Downshifting ist, wenn Menschen bewusst einen einfacheren Lebensstil wählen, indem sie übermäßige Arbeit und materielle Güter zugunsten einer größeren Lebenszufriedenheit ablehnen. Stell dir die Situation vor: Du arbeitest von früh bis spät, verdienst gutes Geld, hast aber keine Zeit für Familie, Freunde oder Hobbys. Downshifting bietet die Möglichkeit, innezuhalten, nachzudenken und möglicherweise einen weniger stressigen Job mit einem geringeren Gehalt, aber größerer Zufriedenheit zu wählen.

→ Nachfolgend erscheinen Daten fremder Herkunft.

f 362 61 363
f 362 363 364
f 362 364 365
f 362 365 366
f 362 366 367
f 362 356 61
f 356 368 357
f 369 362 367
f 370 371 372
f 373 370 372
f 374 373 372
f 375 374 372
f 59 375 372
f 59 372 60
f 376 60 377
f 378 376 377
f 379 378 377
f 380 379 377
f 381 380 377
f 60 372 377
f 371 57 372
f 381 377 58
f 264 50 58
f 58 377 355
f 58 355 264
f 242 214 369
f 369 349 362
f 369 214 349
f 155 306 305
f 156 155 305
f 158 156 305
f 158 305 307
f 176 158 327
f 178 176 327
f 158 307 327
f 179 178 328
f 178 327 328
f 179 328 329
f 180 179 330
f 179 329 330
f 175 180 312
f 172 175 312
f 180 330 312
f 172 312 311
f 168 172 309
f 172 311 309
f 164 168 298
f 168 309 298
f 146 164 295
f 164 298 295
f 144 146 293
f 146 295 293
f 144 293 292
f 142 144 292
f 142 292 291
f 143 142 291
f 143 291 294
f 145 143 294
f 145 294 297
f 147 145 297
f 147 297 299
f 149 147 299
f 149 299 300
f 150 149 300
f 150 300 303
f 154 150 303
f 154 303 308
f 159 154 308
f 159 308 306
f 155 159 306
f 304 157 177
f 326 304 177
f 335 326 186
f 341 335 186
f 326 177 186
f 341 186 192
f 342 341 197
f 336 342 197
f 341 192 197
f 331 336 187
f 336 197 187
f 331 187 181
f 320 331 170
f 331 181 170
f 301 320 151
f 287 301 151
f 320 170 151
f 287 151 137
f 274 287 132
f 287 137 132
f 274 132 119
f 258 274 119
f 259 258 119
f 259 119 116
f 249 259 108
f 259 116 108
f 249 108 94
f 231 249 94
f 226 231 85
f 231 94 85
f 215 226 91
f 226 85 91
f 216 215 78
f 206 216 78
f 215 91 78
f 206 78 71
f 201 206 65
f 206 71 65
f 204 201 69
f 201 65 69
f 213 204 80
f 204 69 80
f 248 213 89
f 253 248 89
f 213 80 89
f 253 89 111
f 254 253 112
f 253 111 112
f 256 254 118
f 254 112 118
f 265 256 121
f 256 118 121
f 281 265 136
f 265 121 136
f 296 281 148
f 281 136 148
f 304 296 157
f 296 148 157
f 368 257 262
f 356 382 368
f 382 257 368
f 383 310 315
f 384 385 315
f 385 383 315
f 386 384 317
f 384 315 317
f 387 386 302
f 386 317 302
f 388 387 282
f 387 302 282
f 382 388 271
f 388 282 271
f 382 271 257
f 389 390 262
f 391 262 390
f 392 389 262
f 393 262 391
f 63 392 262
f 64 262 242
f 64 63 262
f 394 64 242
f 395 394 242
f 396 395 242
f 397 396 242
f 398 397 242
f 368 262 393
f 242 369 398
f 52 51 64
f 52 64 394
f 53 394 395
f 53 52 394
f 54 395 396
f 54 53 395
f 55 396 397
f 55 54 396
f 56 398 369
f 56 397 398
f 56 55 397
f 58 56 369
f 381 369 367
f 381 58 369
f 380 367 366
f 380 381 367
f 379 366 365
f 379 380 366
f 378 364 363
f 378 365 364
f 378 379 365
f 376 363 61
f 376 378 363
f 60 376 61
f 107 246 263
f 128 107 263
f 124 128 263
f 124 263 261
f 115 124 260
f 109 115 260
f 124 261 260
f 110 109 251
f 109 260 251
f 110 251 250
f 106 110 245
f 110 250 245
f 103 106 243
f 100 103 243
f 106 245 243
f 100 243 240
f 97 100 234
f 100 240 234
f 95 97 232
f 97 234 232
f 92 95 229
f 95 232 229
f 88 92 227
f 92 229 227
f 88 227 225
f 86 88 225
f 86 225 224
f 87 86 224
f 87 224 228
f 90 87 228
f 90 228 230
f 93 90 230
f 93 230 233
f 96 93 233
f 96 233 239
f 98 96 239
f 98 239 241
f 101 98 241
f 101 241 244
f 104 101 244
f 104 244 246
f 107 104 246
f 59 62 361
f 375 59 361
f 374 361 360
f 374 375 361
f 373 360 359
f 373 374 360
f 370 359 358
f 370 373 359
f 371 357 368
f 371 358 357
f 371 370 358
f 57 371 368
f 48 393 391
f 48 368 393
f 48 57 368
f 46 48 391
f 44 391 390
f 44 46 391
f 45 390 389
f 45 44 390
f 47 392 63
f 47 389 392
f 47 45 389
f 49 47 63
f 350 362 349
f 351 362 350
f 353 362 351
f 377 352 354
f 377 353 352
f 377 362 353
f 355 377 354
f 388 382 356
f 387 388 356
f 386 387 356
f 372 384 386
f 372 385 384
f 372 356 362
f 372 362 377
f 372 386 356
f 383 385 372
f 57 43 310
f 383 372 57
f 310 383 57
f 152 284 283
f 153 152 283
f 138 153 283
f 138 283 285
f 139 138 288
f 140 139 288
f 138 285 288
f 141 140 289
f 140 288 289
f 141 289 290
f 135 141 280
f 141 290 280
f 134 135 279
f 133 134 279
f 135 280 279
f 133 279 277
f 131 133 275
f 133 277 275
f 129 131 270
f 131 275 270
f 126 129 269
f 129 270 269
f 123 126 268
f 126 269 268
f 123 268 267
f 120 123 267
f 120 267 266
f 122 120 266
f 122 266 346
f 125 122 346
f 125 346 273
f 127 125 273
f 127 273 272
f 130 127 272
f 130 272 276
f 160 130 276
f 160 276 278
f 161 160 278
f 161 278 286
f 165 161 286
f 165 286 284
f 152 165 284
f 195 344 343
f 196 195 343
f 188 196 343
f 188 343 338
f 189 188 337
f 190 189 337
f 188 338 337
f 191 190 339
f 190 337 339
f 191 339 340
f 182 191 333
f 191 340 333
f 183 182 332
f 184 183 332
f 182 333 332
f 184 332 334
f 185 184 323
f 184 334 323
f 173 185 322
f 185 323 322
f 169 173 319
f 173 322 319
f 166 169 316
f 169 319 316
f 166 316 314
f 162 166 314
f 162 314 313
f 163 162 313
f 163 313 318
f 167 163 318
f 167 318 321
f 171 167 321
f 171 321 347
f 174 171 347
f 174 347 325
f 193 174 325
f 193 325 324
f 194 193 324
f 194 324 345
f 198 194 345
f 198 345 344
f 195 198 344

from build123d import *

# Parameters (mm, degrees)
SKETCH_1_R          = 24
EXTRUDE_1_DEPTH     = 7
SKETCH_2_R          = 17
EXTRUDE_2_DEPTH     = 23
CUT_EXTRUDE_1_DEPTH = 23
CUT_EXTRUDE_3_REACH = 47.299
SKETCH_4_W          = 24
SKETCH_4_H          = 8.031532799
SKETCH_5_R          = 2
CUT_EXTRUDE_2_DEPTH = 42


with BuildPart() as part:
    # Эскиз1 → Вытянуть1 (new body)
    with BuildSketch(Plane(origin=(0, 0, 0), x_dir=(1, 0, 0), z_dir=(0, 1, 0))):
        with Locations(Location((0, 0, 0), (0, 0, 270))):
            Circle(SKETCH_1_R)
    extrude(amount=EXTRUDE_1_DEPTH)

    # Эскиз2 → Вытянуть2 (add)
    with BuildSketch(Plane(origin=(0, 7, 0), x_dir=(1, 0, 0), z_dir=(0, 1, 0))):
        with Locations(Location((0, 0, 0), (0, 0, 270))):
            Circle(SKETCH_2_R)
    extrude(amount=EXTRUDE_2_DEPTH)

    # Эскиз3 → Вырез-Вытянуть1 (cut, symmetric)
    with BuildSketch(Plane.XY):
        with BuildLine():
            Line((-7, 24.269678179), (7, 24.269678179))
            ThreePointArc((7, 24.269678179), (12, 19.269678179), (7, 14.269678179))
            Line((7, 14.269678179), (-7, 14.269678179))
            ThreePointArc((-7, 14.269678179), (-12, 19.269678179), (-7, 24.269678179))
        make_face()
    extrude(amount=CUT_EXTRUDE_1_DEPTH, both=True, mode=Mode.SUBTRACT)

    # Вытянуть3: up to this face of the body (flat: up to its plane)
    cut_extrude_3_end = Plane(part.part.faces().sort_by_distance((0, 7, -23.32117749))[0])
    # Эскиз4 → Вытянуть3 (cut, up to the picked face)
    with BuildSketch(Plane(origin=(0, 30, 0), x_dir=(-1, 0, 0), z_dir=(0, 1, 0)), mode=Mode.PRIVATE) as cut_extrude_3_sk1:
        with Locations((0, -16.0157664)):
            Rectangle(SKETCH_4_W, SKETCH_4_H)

In der Ukraine wird Downshifting immer beliebter, da viele Menschen die Erschöpfung durch das ständige Streben nach Karriere und Geld spüren. Stattdessen möchten sie mehr Zeit mit ihren Lieben verbringen, die Natur genießen oder das tun, was ihnen wirklich gefällt. Zum Beispiel könnte jemand von einer großen Stadt in ein Dorf ziehen, anfangen, Gemüse anzubauen und einen ruhigeren Lebensstil führen.
So ist Downshifting nicht nur die Ablehnung von Materiellem, sondern auch die Suche nach innerer Harmonie und die Möglichkeit, so zu leben, wie man möchte, und nicht so, wie es die Gesellschaft verlangt. Es ist eine Art Herausforderung an die moderne Jagd nach Erfolg, die es ermöglicht, seinen eigenen Lebensrhythmus zu finden.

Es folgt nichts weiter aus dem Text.